Why do you want to replicate with a clean node. Take the latest backup and start the new node with that backup and let it catch up the latest transactions. If you are looking to rebuild the whole cluster, then it is way faster. I have worked with a customer who had around 1.5 TB of db. With that db we got a 3 node cluster up and running in 30 mins.

  • confusing license terms for production use

I guess you are referring to community version. It is what it is.

  • heap allocation and GC cause out-of-memory errors (buggy configs)

As with any system you need to tune the memory for your use case and be aware how your model and queries can affect it. I have built a patient claims db with 100 million nodes, and 1 billion relationships. We have built the model and wrote code that to generate a sankey chart of what procedures are done in the next 90 days after a condition is identified across all the patients takes around 3-4 seconds and uses less than 10 MB of heap.

Most possible reason GC causes issue is very badly written queries.

  • practically only useful for small dataset reads that require visualization

Most of the databases I worked with are > 50 million nodes and > 500 mil relationships and all of them are in production. If that is small dataset in your case then i guess you need a specialized implementation.

  • re-indexing can be very slow, require elasticsearch/solr as added dependency step

I have never heard a thing like that.

I've got a strong feeling this is an older complaint, possibly several years old and out of date. I can address some of these, some of our other users have addressed other parts as well.

bottleneck with large volume of writes due to slave/master topology

Our older HA clustering used slave/master topology.
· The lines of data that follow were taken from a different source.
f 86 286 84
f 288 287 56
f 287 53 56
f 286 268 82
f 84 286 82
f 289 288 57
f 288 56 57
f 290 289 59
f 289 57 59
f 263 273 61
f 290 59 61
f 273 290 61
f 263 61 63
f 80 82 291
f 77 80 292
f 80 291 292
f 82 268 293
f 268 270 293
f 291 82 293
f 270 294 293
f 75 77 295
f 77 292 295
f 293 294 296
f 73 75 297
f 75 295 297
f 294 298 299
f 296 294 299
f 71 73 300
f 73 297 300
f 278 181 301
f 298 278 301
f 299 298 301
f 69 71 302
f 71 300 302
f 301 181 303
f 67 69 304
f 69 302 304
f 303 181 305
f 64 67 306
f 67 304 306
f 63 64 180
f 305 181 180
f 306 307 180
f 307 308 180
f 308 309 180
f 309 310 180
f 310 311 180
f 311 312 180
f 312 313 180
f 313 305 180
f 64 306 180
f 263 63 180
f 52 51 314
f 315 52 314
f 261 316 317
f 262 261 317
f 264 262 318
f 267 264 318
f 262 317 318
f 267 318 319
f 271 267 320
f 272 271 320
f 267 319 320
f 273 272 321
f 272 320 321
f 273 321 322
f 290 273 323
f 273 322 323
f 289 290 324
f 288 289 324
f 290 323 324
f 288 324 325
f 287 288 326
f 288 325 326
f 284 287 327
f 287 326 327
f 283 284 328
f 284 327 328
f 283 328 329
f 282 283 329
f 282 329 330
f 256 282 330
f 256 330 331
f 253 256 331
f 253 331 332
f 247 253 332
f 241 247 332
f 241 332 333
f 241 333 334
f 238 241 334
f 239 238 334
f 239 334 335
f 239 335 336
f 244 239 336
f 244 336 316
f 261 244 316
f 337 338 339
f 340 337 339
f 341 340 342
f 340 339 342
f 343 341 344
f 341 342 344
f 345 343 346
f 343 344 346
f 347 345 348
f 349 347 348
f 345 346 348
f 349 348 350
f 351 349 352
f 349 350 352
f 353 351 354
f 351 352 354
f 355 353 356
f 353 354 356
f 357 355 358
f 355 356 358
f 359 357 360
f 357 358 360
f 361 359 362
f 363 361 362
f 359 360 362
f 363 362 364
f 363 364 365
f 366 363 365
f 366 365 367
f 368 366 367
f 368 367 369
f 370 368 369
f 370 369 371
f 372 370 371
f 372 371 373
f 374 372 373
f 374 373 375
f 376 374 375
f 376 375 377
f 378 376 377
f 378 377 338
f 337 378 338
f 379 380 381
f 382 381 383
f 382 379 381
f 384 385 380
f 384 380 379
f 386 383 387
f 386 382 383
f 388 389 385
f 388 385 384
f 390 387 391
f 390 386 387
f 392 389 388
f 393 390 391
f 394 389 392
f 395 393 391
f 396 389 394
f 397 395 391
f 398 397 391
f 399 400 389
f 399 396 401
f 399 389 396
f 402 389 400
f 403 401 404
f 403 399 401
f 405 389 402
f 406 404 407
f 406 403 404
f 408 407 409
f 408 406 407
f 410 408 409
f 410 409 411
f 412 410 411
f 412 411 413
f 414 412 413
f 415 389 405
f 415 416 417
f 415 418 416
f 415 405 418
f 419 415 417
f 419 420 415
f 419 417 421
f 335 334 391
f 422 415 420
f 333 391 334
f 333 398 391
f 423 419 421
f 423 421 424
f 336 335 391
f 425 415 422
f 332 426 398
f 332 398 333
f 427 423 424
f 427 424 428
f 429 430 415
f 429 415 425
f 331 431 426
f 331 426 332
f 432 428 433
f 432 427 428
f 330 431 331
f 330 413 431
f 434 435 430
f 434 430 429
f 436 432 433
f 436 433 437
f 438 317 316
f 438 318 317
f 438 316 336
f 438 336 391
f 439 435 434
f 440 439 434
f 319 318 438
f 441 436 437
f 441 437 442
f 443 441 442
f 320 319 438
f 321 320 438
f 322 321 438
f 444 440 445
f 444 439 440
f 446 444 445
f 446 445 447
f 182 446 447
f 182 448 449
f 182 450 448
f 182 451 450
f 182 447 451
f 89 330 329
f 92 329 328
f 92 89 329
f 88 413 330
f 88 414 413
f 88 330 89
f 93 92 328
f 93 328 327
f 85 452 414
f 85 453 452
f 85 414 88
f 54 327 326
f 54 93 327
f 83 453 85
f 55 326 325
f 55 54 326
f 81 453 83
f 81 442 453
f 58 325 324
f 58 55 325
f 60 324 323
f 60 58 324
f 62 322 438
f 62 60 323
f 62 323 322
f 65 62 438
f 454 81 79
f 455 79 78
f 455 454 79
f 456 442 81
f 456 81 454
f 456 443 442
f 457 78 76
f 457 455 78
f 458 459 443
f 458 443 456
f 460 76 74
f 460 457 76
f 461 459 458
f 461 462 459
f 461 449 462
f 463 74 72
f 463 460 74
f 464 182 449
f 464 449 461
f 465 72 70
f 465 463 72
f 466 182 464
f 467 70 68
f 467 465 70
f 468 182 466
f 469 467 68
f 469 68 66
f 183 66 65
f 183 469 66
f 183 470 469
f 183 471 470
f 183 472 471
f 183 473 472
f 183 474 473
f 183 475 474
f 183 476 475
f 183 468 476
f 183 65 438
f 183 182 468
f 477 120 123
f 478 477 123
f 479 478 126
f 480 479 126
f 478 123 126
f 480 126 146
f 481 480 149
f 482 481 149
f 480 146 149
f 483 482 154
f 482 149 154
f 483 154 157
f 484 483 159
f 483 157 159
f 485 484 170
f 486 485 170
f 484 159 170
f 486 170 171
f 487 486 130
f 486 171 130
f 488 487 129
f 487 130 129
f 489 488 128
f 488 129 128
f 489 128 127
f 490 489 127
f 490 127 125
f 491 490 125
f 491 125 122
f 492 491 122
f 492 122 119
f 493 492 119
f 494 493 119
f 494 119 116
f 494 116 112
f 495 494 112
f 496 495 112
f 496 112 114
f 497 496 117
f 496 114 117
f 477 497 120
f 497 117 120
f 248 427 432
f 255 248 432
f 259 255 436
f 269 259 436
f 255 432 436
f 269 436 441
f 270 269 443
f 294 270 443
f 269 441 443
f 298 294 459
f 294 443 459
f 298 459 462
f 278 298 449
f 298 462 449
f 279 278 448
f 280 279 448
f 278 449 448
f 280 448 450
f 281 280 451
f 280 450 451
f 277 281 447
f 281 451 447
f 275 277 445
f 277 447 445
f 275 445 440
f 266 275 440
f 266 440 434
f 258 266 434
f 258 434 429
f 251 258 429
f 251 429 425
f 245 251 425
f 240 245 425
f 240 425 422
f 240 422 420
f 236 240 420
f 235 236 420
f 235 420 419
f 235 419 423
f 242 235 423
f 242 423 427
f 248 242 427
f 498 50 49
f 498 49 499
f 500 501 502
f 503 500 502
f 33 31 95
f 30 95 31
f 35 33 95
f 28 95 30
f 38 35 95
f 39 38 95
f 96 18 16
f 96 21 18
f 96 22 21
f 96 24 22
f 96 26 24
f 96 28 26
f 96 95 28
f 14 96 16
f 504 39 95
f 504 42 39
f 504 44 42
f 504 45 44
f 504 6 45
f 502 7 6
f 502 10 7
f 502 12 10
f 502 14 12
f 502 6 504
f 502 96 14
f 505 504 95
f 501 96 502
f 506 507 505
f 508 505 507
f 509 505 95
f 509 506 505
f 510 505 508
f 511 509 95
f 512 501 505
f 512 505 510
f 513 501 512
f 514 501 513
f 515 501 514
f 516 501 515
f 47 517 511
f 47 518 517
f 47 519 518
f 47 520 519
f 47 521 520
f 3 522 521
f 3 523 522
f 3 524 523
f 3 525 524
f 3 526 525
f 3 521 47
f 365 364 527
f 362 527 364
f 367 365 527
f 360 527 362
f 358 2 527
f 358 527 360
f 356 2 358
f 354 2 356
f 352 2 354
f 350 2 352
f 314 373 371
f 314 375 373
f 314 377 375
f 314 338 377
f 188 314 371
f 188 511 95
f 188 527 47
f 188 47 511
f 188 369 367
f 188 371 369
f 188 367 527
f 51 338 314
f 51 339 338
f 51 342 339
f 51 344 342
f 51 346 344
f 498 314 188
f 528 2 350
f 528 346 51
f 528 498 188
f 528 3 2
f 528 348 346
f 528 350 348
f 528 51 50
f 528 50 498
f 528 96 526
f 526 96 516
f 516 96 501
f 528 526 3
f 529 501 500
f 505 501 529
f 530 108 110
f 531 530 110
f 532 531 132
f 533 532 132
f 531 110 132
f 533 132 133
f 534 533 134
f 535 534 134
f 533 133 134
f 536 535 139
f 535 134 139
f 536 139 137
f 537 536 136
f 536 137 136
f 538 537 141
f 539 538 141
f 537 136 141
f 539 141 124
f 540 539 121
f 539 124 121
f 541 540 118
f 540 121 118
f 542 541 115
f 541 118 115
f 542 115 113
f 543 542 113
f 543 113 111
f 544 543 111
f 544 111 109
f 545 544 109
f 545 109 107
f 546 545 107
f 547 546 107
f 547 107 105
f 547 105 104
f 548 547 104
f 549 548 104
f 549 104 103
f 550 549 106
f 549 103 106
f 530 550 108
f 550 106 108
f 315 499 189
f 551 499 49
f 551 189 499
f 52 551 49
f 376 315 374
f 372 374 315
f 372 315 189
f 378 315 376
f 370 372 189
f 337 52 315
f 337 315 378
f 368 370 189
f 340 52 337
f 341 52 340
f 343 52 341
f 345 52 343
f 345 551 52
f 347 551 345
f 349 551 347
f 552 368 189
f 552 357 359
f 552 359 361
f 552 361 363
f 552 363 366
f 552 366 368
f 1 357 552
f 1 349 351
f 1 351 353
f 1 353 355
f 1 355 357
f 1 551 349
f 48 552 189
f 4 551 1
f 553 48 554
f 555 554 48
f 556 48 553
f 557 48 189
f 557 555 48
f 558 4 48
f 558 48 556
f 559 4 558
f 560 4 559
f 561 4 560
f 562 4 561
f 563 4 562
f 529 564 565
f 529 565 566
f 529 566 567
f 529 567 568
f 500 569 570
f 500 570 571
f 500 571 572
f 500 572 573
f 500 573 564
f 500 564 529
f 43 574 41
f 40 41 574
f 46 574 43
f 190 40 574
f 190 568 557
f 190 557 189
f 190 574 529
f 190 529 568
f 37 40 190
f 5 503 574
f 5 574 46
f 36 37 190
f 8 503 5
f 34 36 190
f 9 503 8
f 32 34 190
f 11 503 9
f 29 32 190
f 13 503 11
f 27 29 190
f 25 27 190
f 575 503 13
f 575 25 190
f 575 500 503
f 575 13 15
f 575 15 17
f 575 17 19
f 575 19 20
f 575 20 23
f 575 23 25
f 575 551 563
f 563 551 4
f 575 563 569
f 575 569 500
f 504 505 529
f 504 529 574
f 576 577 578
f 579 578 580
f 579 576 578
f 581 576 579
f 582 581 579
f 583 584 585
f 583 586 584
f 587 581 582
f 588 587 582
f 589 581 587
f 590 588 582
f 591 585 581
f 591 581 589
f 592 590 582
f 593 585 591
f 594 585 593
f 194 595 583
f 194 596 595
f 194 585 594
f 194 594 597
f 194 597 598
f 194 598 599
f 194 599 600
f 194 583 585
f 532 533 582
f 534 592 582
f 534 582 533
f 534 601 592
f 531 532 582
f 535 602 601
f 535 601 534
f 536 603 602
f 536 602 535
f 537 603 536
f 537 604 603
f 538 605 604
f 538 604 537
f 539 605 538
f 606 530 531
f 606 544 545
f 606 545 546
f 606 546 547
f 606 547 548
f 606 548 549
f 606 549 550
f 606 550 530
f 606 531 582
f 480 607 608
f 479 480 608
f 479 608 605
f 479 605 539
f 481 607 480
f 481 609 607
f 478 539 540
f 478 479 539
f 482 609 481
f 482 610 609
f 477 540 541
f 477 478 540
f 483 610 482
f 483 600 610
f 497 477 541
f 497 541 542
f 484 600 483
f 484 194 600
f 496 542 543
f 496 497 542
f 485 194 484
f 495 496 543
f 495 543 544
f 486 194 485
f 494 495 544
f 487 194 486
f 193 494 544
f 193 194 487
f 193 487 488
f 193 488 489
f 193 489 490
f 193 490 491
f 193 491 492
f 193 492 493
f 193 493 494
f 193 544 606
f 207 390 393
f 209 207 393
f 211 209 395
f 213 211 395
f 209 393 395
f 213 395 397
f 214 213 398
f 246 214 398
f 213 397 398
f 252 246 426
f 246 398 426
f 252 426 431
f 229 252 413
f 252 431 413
That has been deprecated for some time, and was removed with our Neo4j 4.0 major release. We've been using causal clustering for years now, which is based on the Raft protocol and doesn't fit the description they provided.

issues with bulk loading, indexing (e.g. range, sort, etc), slow upsert

Our indexing has improved over the years. We migrated away from lucene indexing (which was slow for insertion, possibly the reason for the older complaint) and went to a native indexing structure which is faster for index writes. As mentioned our indexing has improved as well, allowing composite indexes and a fulltext index for more complex substring matching.

confusing license terms for production use

We've addressed this over the past few years, it is simplified now.

heap allocation and GC cause out-of-memory errors

Heap and GCs are usually due to huge transactions. Neo4j is an ACID database, and as such, transactions must be committed atomically. This means any pending changes in a transaction must be held in memory at the same time and applied all at once, so it's possible to craft queries (by accident or design) that eat up all your heap space. You may need to break down larger transactions or batch changes if there's too much to apply in a single transaction. Managing that and understanding how this works is mostly the user's responsibility, but more capabilities have been added in our recent versions to restrict how much heap memory is allowed to be used per query, to keep things under control. We'll continue to add capabilities to manage this. Note that if you're comparing to a non-ACID database, they may not have this issue to deal with, but as a consequence you may not have atomicity in transactions, and you may have other issues due to the database being non-ACID. Choose the right tool for the job and your needs.

practically only useful for small dataset reads that require visualization

We're used by some of the top companies from around the world, so clearly that statement is not true.

https://neo4j.com/customers/

If you have issues with out of memory exceptions, reach out to us. If you have an enterprise license with us, you probably have an enterprise support contract, so leverage that. If not, ask on the forums. We're happy to assist.

Neo4j is a powerful tool, but as with all powerful tools, you need to know how to use it well, and there is learning involved. We're happy to lend a hand.